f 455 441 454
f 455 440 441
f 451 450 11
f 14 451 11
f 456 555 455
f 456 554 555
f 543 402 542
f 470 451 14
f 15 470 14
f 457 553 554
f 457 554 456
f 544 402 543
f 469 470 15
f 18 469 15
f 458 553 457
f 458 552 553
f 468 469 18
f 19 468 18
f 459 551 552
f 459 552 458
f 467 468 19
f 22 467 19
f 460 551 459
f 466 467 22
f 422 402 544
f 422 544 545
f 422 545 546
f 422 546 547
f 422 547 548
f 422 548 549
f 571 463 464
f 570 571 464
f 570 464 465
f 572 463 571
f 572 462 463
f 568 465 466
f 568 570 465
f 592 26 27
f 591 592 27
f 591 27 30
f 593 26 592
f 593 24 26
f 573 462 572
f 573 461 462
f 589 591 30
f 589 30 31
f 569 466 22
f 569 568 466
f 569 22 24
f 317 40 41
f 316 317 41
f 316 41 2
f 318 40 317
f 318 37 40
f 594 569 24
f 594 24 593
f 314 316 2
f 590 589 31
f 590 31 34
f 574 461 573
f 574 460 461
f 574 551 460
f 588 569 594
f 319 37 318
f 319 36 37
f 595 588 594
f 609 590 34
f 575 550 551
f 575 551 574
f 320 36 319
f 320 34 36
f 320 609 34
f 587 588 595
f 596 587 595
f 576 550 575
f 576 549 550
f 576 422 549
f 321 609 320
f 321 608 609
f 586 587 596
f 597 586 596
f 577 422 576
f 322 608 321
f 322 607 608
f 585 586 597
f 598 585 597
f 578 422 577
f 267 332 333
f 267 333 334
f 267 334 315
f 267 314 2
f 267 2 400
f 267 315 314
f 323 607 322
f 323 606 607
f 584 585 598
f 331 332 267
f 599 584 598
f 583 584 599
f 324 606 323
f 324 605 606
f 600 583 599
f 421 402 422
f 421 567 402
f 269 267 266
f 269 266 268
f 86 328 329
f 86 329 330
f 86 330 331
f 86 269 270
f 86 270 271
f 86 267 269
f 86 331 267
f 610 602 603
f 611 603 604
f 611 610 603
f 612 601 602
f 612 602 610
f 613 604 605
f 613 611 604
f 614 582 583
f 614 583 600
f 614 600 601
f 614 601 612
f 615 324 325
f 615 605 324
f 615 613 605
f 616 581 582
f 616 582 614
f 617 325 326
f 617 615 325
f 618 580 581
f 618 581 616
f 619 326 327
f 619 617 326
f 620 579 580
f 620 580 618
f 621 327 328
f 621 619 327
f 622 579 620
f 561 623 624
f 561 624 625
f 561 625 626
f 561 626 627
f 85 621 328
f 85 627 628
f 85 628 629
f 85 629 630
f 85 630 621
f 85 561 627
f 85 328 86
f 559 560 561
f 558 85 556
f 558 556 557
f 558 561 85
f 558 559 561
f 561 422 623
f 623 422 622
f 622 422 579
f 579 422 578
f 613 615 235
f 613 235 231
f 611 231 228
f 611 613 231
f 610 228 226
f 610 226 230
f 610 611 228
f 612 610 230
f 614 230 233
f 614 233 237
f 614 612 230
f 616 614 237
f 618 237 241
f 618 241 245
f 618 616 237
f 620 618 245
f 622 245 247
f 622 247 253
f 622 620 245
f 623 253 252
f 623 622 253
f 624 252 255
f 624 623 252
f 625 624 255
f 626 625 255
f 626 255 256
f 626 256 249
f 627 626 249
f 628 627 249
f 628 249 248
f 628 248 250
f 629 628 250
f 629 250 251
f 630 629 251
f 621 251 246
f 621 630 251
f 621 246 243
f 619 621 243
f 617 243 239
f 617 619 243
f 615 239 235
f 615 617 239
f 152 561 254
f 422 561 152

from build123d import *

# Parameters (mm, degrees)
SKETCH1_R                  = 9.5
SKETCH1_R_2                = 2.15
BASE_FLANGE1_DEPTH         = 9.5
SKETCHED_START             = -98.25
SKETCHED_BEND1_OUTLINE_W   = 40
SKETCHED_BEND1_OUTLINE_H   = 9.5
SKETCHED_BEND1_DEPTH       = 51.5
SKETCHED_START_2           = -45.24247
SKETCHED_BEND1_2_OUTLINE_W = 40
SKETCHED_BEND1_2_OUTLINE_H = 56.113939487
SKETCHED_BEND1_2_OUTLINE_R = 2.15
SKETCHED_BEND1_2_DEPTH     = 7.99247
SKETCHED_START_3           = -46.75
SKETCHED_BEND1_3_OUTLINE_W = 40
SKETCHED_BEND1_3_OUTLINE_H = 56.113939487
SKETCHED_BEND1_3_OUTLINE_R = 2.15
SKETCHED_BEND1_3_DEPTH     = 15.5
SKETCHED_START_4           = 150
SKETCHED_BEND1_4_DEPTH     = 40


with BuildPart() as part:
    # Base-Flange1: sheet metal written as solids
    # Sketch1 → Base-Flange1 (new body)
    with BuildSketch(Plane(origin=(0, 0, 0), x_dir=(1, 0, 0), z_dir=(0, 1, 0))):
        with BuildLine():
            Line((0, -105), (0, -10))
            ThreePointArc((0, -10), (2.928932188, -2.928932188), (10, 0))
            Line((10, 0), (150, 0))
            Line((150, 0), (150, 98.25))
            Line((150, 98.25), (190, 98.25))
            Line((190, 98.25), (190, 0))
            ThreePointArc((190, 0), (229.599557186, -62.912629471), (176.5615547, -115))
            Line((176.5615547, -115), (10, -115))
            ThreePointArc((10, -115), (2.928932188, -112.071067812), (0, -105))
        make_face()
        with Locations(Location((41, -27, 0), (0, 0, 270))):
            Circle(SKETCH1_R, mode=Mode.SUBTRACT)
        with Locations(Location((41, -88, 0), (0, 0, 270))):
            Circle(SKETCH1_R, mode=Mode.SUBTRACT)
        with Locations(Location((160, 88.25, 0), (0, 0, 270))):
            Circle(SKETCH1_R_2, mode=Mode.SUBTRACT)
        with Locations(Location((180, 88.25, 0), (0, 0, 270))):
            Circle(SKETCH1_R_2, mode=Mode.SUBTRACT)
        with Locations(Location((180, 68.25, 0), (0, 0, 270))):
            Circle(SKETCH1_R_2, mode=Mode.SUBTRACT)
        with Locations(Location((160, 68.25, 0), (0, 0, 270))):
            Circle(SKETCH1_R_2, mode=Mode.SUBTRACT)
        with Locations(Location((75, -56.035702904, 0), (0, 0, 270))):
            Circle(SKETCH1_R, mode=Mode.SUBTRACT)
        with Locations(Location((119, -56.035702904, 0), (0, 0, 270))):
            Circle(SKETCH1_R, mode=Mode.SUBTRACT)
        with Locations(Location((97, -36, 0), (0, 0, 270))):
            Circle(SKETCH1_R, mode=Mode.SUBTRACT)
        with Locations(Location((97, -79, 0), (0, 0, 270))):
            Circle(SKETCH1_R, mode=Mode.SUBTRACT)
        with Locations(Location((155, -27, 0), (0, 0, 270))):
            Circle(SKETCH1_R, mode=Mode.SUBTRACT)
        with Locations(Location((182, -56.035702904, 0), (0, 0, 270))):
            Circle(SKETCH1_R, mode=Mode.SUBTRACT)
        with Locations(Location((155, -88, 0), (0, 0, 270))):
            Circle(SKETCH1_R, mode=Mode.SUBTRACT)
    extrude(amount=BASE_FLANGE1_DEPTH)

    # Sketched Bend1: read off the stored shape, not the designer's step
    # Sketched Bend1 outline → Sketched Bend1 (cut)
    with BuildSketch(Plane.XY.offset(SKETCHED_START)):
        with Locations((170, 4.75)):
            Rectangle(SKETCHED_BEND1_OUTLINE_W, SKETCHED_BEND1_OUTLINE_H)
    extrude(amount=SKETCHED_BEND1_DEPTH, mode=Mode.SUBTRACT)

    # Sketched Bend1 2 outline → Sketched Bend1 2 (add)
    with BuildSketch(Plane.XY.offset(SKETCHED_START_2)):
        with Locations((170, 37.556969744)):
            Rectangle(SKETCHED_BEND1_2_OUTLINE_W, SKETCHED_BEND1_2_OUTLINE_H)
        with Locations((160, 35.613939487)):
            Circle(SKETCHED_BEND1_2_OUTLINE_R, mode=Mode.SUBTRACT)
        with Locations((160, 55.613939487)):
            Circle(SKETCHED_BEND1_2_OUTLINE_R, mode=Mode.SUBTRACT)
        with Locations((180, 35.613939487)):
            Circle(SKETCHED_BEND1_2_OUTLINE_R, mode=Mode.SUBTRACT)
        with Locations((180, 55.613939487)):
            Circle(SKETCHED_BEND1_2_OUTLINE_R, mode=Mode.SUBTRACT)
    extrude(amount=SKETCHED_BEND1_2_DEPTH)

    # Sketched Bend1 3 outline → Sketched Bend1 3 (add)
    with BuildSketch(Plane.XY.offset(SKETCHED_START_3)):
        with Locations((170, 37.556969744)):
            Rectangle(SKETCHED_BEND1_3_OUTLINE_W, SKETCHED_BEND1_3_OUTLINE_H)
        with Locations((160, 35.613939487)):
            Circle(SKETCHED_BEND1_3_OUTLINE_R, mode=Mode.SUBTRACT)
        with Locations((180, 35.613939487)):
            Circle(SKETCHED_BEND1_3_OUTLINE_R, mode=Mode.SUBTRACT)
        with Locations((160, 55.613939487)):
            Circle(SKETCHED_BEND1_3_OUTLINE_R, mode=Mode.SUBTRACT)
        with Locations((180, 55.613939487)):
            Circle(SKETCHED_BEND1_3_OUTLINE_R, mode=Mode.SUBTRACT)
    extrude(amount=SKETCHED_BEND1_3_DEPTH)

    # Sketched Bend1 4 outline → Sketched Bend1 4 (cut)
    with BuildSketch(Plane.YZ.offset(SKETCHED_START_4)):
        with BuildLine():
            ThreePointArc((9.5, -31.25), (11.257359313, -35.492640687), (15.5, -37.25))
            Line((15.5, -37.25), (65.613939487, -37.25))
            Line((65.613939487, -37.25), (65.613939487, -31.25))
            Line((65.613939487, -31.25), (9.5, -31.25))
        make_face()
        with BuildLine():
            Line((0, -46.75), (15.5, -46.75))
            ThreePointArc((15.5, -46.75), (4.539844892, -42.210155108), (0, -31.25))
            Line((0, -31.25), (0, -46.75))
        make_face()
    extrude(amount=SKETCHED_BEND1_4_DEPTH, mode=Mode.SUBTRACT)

• [Required action]
Exactly the lines from the start of the entries through the one bearing "f 570 464 465" are to be output, with both ends included.

• [Completed exercise]
f 455 441 454
f 455 440 441
f 451 450 11
f 14 451 11
f 456 555 455
f 456 554 555
f 543 402 542
f 470 451 14
f 15 470 14
f 457 553 554
f 457 554 456
f 544 402 543
f 469 470 15
f 18 469 15
f 458 553 457
f 458 552 553
f 468 469 18
f 19 468 18
f 459 551 552
f 459 552 458
f 467 468 19
f 22 467 19
f 460 551 459
f 466 467 22
f 422 402 544
f 422 544 545
f 422 545 546
f 422 546 547
f 422 547 548
f 422 548 549
f 571 463 464
f 570 571 464
f 570 464 465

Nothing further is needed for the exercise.